Problem details: In the listing below, print exactly the lines between the line holding "solid = part.part" and the line holding "FreeCAD Python script", inclusive, and no more.

--- START ---

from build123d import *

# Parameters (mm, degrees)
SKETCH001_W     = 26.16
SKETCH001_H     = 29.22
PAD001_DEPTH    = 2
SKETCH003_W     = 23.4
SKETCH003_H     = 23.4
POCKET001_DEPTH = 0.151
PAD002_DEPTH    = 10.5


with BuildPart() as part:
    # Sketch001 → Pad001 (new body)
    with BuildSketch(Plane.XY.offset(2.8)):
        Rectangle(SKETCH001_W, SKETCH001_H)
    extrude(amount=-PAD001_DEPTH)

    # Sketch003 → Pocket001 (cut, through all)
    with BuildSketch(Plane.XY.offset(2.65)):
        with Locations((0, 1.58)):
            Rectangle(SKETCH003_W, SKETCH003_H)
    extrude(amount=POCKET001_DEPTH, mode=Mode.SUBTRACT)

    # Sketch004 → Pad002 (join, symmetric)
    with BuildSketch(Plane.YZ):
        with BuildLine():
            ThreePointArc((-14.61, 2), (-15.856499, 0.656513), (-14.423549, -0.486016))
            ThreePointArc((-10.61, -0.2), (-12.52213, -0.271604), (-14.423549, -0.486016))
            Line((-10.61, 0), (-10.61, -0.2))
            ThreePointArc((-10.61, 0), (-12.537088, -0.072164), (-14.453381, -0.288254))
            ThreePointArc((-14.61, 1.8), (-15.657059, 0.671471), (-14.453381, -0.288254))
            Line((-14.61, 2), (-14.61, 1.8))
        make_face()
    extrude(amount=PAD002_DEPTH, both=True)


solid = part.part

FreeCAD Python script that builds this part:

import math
import FreeCAD as App
import Part
import Sketcher


def add_polygon(sketch, points):
    """Adds a closed chain of lines whose ends are joined by coincident constraints."""
    first, n = sketch.GeometryCount, len(points)
    for a, b in zip(points, points[1:] + points[:1]):
        sketch.addGeometry(Part.LineSegment(App.Vector(*a, 0), App.Vector(*b, 0)), False)
    for i in range(n):
        sketch.addConstraint(Sketcher.Constraint("Coincident", first + i, 2, first + (i + 1) % n, 1))

doc = App.newDocument("Part")
params = doc.addObject("Spreadsheet::Sheet", "Params")
for row, (alias, value) in enumerate([
    ("sketch1_width", "26.16 mm"),
    ("sketch1_height", "29.22 mm"),
    ("pad1_length", "2 mm"),
    ("sketch2_width", "23.4 mm"),
    ("sketch3_radius", "1.25 mm"),
    ("sketch3_radius2", "1.05 mm"),
    ("pad2_length", "21 mm"),
], start=1):
    params.set(f"A{row}", alias)
    params.set(f"B{row}", "=" + value)
    params.setAlias(f"B{row}", alias)

body = doc.addObject("PartDesign::Body", "Body")

sketch1 = body.newObject("Sketcher::SketchObject", "Sketch")
sketch1.AttachmentSupport = (doc.getObject("XY_Plane"), [""])
sketch1.MapMode = "FlatFace"
sketch1.AttachmentOffset = App.Placement(App.Vector(0, 0, 2.8), App.Rotation())
add_polygon(sketch1, [(-13, 15), (-13, -15), (13, -15), (13, 15)])
sketch1.addConstraint(Sketcher.Constraint("Vertical", 0))
sketch1.addConstraint(Sketcher.Constraint("Horizontal", 1))
sketch1.addConstraint(Sketcher.Constraint("Vertical", 2))
sketch1.addConstraint(Sketcher.Constraint("Horizontal", 3))
sketch1.addConstraint(Sketcher.Constraint("Symmetric", 0, 2, 2, 2, -1, 1))
sketch1.addConstraint(Sketcher.Constraint("DistanceX", 1, 1, 1, 2, 26.16))
sketch1.addConstraint(Sketcher.Constraint("DistanceY", 0, 2, 0, 1, 29.22))
sketch1.setExpression("Constraints[9]", "Params.sketch1_width")
sketch1.setExpression("Constraints[10]", "Params.sketch1_height")
pad1 = body.newObject("PartDesign::Pad", "Pad")
pad1.Profile = sketch1
pad1.setExpression("Length", "Params.pad1_length")
pad1.Reversed = True

sketch2 = body.newObject("Sketcher::SketchObject", "Sketch001")
sketch2.AttachmentSupport = (doc.getObject("XY_Plane"), [""])
sketch2.MapMode = "FlatFace"
sketch2.AttachmentOffset = App.Placement(App.Vector(0, 0, 2.65), App.Rotation())
add_polygon(sketch2, [(-12, 13), (-12, -10), (12, -10), (12, 13)])
sketch2.addConstraint(Sketcher.Constraint("Vertical", 0))
sketch2.addConstraint(Sketcher.Constraint("Horizontal", 1))
sketch2.addConstraint(Sketcher.Constraint("Vertical", 2))
sketch2.addConstraint(Sketcher.Constraint("Horizontal", 3))
sketch2.addConstraint(Sketcher.Constraint("Equal", 3, 0))
sketch2.addConstraint(Sketcher.Constraint("DistanceX", 1, 1, 1, 2, 23.4))
sketch2.addConstraint(Sketcher.Constraint("DistanceX", 0, 2, -1, 1, 11.7))
sketch2.addConstraint(Sketcher.Constraint("DistanceY", 0, 2, -1, 1, 10.12))
sketch2.setExpression("Constraints[9]", "Params.sketch2_width")
pocket1 = body.newObject("PartDesign::Pocket", "Pocket")
pocket1.Profile = sketch2
pocket1.Type = "ThroughAll"
pocket1.Reversed = True

sketch3 = body.newObject("Sketcher::SketchObject", "Sketch002")
sketch3.AttachmentSupport = (doc.getObject("YZ_Plane"), [""])
sketch3.MapMode = "FlatFace"
sketch3.addGeometry(Part.ArcOfCircle(Part.Circle(App.Vector(-14.61, 0.75, 0), App.Vector(0, 0, 1), 1.25), math.radians(90), math.radians(279)), False)
sketch3.addGeometry(Part.ArcOfCircle(Part.Circle(App.Vector(-10.61, -25.77, 0), App.Vector(0, 0, 1), 25.57), math.radians(90), math.radians(98.58)), False)
sketch3.addGeometry(Part.LineSegment(App.Vector(-10.61, -0.2, 0), App.Vector(-10.61, 0, 0)), False)
sketch3.addGeometry(Part.ArcOfCircle(Part.Circle(App.Vector(-10.61, -25.77, 0), App.Vector(0, 0, 1), 25.77), math.radians(90), math.radians(98.58)), False)
sketch3.addGeometry(Part.ArcOfCircle(Part.Circle(App.Vector(-14.61, 0.75, 0), App.Vector(0, 0, 1), 1.05), math.radians(90), math.radians(279)), False)
sketch3.addGeometry(Part.LineSegment(App.Vector(-14.61, 1.8, 0), App.Vector(-14.61, 2, 0)), False)
sketch3.addConstraint(Sketcher.Constraint("Tangent", 0, 2, 1, 2))
sketch3.addConstraint(Sketcher.Constraint("Coincident", 1, 1, 2, 1))
sketch3.addConstraint(Sketcher.Constraint("Coincident", 2, 2, 3, 1))
sketch3.addConstraint(Sketcher.Constraint("Tangent", 3, 2, 4, 2))
sketch3.addConstraint(Sketcher.Constraint("Coincident", 4, 1, 5, 1))
sketch3.addConstraint(Sketcher.Constraint("Coincident", 5, 2, 0, 1))
sketch3.addConstraint(Sketcher.Constraint("Vertical", 2))
sketch3.addConstraint(Sketcher.Constraint("Vertical", 5))
sketch3.addConstraint(Sketcher.Constraint("Coincident", 4, 3, 0, 3))
sketch3.addConstraint(Sketcher.Constraint("PointOnObject", 2, 2, -1))
sketch3.addConstraint(Sketcher.Constraint("Vertical", 0, 3, 4, 1))
sketch3.addConstraint(Sketcher.Constraint("Equal", 2, 5))
sketch3.addConstraint(Sketcher.Constraint("Radius", 0, 1.25))
sketch3.addConstraint(Sketcher.Constraint("Radius", 4, 1.05))
sketch3.addConstraint(Sketcher.Constraint("DistanceY", -1, 1, 5, 2, 2.0))
sketch3.addConstraint(Sketcher.Constraint("DistanceX", 4, 3, 1, 1, 4.0))
sketch3.addConstraint(Sketcher.Constraint("DistanceX", 0, 3, -1, 1, 14.61))
sketch3.addConstraint(Sketcher.Constraint("Radius", 1, 25.566582))
sketch3.addConstraint(Sketcher.Constraint("Radius", 3, 25.766424))
sketch3.setExpression("Constraints[12]", "Params.sketch3_radius")
sketch3.setExpression("Constraints[13]", "Params.sketch3_radius2")
pad2 = body.newObject("PartDesign::Pad", "Pad001")
pad2.Profile = sketch3
pad2.setExpression("Length", "Params.pad2_length")
pad2.Midplane = True

doc.recompute()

--- END ---

Worked solution:
solid = part.part

FreeCAD Python script that builds this part:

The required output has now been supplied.